Clostridium sticklandii, a specialist in amino acid degradation:revisiting its metabolism through its genome sequence - PubMed (original) (raw)

doi: 10.1186/1471-2164-11-555.

Sébastien Chaussonnerie, Sabine Tricot, Aurélie Lajus, Jan R Andreesen, Nadia Perchat, Eric Pelletier, Michel Gouyvenoux, Valérie Barbe, Marcel Salanoubat, Denis Le Paslier, Jean Weissenbach, Georges N Cohen, Annett Kreimeyer

Affiliations

Clostridium sticklandii, a specialist in amino acid degradation:revisiting its metabolism through its genome sequence

Nuria Fonknechten et al. BMC Genomics. 2010.

Abstract

Background: Clostridium sticklandii belongs to a cluster of non-pathogenic proteolytic clostridia which utilize amino acids as carbon and energy sources. Isolated by T.C. Stadtman in 1954, it has been generally regarded as a "gold mine" for novel biochemical reactions and is used as a model organism for studying metabolic aspects such as the Stickland reaction, coenzyme-B12- and selenium-dependent reactions of amino acids. With the goal of revisiting its carbon, nitrogen, and energy metabolism, and comparing studies with other clostridia, its genome has been sequenced and analyzed.

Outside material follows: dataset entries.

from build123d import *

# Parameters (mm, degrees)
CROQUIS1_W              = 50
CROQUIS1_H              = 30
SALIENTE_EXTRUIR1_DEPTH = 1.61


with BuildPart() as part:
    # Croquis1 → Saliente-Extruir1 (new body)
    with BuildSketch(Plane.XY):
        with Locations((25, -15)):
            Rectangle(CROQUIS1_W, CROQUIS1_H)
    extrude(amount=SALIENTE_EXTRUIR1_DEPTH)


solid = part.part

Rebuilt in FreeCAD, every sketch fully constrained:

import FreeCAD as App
import Part
import Sketcher

V = App.Vector

doc = App.newDocument("Part")
params = doc.addObject("Spreadsheet::Sheet", "Params")
for row, (alias, value) in enumerate([
    ("sketch1_width", "50 mm"),
    ("sketch1_height", "30 mm"),
    ("pad1_length", "1.61 mm"),
], start=1):
    params.set(f"A{row}", alias)
    params.set(f"B{row}", "=" + value)
    params.setAlias(f"B{row}", alias)

body = doc.addObject("PartDesign::Body", "Body")

sketch1 = doc.addObject("Sketcher::SketchObject", "Sketch")
body.addObject(sketch1)
sketch1.AttachmentSupport = (doc.XY_Plane, [""])
sketch1.MapMode = "FlatFace"
sketch1.addGeometry(Part.LineSegment(V(0, 0, 0), V(0, -30, 0)), False)
sketch1.addGeometry(Part.LineSegment(V(0, -30, 0), V(50, -30, 0)), False)
sketch1.addGeometry(Part.LineSegment(V(50, -30, 0), V(50, 0, 0)), False)
sketch1.addGeometry(Part.LineSegment(V(50, 0, 0), V(0, 0, 0)), False)
sketch1.addConstraint(Sketcher.Constraint("Coincident", 0, 2, 1, 1))
sketch1.addConstraint(Sketcher.Constraint("Coincident", 1, 2, 2, 1))
sketch1.addConstraint(Sketcher.Constraint("Coincident", 2, 2, 3, 1))
sketch1.addConstraint(Sketcher.Constraint("Coincident", 3, 2, 0, 1))
sketch1.addConstraint(Sketcher.Constraint("Vertical", 0))
sketch1.addConstraint(Sketcher.Constraint("Horizontal", 1))
sketch1.addConstraint(Sketcher.Constraint("Vertical", 2))
sketch1.addConstraint(Sketcher.Constraint("Horizontal", 3))
sketch1.addConstraint(Sketcher.Constraint("Coincident", 3, 2, -1, 1))
sketch1.addConstraint(Sketcher.Constraint("DistanceX", 1, 1, 1, 2, 50.0))
sketch1.addConstraint(Sketcher.Constraint("DistanceY", 0, 2, 0, 1, 30.0))
sketch1.setExpression("Constraints[9]", "Params.sketch1_width")
sketch1.setExpression("Constraints[10]", "Params.sketch1_height")
pad1 = doc.addObject("PartDesign::Pad", "Pad")
body.addObject(pad1)
pad1.Profile = sketch1
pad1.setExpression("Length", "Params.pad1_length")

doc.recompute()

Results: C. sticklandii is one of the best biochemically studied proteolytic clostridial species. Useful additional information has been obtained from the sequencing and annotation of its genome, which is presented in this paper. Besides, experimental procedures reveal that C. sticklandii degrades amino acids in a preferential and sequential way. The organism prefers threonine, arginine, serine, cysteine, proline, and glycine, whereas glutamate, aspartate and alanine are excreted. Energy conservation is primarily obtained by substrate-level phosphorylation in fermentative pathways. The reactions catalyzed by different ferredoxin oxidoreductases and the exergonic NADH-dependent reduction of crotonyl-CoA point to a possible chemiosmotic energy conservation via the Rnf complex. C. sticklandii possesses both the F-type and V-type ATPases. The discovery of an as yet unrecognized selenoprotein in the D-proline reductase operon suggests a more detailed mechanism for NADH-dependent D-proline reduction. A rather unusual metabolic feature is the presence of genes for all the enzymes involved in two different CO2-fixation pathways: C. sticklandii harbours both the glycine synthase/glycine reductase and the Wood-Ljungdahl pathways. This unusual pathway combination has retrospectively been observed in only four other sequenced microorganisms.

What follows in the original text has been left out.